“The world is too much with us,” Wordsworth lamented. And that was more than 200 years ago, when he didn’t have to contend with 24/7 cable, smartphone alerts and hyper-connectivity at every turn. Wordsworth was bemoaning materialism. But if he were alive today, he might be referring to what I call mental leakage.
This is the difficulty of concentrating in today's interruption culture.
Even when others don't directly interrupt people, they interrupt themselves because they can’t get the world off their minds.
Such mental leakage is natural, but it’s not innocuous. It harms work and productivity and makes people unhappy.
Like other interruptions, a distraction steals time (it takes a while to get back on task). There’s loss of momentum and time wasted in reassembling thoughts and resources. Frustration mounts about having to rebuild thoughts, along with the distress and fatigue of having to make up for the time lost. This all leads to errors and causes rework, wasting more time. You might even become annoyed with yourself.
Don’t let that happen to you. Instead, learn some simple techniques for keeping the world at bay until you want to entertain it in your mind. See which ones work best for you:
1. Transcending the environment.
Rise above physical issues that you cannot change. I have a friend in Dallas who struggled during the Ebola crisis to not constantly interrupt her work to search for disease updates.
Nonstop bad news right in your backyard can create a constant, low-grade worry. When she needed to transcend her environment, she would keep the TV and radio off (even her router unless she absolutely needed it for work).
She would take sunny walks, make extra healthy meals and surround herself with clean fragrances. That relegated illness to a minor instead of dominant theme in her environment, and she could carry on without being distracted.
2. Practice a constructive type of acceptance.
There's an art to accepting that which you cannot change and doing so graciously not grudgingly. Say you had to finish writing a proposal for a client by the end of the day or run the risk of losing some business.
You don’t like having to write the proposal but you love having new business. So you say, “OK, let me think of a few of my favorite clients and pretend I’m talking with them.” Suddenly your task seems agreeable and you can do it with relish.

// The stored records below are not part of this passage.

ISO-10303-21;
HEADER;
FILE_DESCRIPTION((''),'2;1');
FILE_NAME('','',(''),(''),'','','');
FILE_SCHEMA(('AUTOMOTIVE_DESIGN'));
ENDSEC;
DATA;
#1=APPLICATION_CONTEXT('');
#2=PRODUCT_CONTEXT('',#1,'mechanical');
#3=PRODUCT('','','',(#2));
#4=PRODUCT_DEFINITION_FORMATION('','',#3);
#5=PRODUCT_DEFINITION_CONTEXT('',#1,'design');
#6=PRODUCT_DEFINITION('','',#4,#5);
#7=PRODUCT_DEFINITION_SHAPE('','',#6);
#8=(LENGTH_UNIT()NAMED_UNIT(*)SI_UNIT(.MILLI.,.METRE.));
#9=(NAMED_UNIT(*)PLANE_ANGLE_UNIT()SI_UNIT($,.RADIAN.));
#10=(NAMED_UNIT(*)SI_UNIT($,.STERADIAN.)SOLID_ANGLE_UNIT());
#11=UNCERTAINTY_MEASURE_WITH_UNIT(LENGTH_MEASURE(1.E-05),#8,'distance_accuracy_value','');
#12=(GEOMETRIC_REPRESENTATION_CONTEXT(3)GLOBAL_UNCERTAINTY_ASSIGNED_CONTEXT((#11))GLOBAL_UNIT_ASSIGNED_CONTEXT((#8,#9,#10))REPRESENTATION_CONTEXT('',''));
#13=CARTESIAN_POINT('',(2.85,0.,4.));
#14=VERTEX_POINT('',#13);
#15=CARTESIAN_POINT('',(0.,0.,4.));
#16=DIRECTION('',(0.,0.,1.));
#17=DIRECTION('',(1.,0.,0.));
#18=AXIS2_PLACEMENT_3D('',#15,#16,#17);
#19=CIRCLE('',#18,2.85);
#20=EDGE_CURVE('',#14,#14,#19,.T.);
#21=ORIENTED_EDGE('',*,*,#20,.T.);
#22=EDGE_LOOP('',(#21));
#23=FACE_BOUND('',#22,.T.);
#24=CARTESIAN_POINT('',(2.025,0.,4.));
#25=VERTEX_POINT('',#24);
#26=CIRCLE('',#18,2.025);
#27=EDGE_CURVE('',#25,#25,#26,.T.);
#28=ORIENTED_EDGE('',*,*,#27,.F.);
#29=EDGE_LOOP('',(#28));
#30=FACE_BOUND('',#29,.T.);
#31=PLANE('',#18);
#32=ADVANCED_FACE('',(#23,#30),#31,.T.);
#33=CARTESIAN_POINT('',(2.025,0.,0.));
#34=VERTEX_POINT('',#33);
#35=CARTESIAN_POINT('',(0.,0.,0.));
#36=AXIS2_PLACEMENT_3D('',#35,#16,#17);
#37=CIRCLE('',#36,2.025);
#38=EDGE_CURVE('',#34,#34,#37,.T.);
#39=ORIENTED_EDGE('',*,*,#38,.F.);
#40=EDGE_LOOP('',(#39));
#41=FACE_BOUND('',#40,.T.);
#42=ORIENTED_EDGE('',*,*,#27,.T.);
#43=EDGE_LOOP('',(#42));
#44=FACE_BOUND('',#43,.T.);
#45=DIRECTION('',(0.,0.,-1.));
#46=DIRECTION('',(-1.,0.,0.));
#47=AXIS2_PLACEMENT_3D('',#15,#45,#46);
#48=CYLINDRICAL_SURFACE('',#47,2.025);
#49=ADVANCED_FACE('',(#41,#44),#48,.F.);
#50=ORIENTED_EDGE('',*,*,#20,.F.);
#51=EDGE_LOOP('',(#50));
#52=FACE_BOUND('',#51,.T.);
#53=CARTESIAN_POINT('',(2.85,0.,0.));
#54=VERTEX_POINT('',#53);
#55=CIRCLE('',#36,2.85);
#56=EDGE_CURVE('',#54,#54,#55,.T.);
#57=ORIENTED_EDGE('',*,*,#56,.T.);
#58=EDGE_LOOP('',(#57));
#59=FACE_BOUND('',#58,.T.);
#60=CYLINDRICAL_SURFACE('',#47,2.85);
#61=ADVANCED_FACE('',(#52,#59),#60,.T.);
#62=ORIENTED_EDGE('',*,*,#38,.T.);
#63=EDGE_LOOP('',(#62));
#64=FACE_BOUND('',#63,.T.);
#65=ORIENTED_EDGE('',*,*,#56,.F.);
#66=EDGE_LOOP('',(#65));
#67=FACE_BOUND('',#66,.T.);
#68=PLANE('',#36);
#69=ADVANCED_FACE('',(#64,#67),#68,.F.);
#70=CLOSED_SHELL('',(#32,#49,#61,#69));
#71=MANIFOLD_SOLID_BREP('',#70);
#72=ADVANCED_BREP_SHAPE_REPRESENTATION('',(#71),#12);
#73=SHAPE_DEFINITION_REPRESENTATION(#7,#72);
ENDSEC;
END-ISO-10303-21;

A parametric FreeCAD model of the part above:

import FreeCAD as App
import Part
import Sketcher
from FreeCAD import Vector
Q = App.Units.Quantity

doc = App.newDocument("Part")
body = doc.addObject("PartDesign::Body", "Body")

# Sketch on XY plane
sketch1 = doc.addObject("Sketcher::SketchObject", "Sketch")
body.addObject(sketch1)
sketch1.AttachmentSupport = (doc.XY_Plane, [""])
sketch1.MapMode = "FlatFace"
sketch1.addGeometry(Part.Circle(Vector(0, 0, 0), Vector(0, 0, 1), 2.9), False)
sketch1.addGeometry(Part.Circle(Vector(0, 0, 0), Vector(0, 0, 1), 2), False)
sketch1.addConstraint(Sketcher.Constraint("Coincident", 0, 3, -1, 1))
sketch1.addConstraint(Sketcher.Constraint("Coincident", 1, 3, -1, 1))
sketch1.addConstraint(Sketcher.Constraint("Diameter", 0, Q("5.7 mm")))
sketch1.addConstraint(Sketcher.Constraint("Diameter", 1, Q("4.05 mm")))
pad1 = doc.addObject("PartDesign::Pad", "Pad")
body.addObject(pad1)
pad1.Profile = sketch1
pad1.Length = 4

doc.recompute()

3. Visualize the ideal self.
I like this technique because it leaves you feeling good about yourself -- so important when the world is too much with you. Visualize yourself accomplishing exactly what you’re supposed to achieve.
If you must write a proposal, think of yourself finally signing with a flourish the best one you’ve ever written. Or picture yourself totally locked in focus on your task, with perfect concentration. The point is, the mind follows the imagination, and the physical follows the mental.
4. Try positive affirmation.
Sure, at first you’ll feel a little silly boosting your mood by repeating a simple, positive statement. But there’s a science involved.
First, you’re trying to program your subconscious mind through conscious thought to think favorably about the work in front of you. And then you’re trying to give yourself an adrenaline rush of energy. When you get a positive thrust in your mind from a phrase, there’s a positive physical reaction, too. Find whatever words work for you.
5. Attempt a psychological counterpunch or two.
Another technique does for your mind what great boxers do with their punches. When a counterproductive thought like “I wonder if I’ve got any emails; I think I’ll check” threatens your focus, throw up a mental counterpunch like this: “You’ll be disappointed later if you don’t finish this task now, and you won’t have another chance.”
And then immediately follow that with your best punch: “Remember how great it feels to finish a project like this. You’ll feel great!”
Use each technique as needed. Let them trigger your mastery of locking in focus so that you can bear down on the task at hand. Then you can rejoin the world on your terms.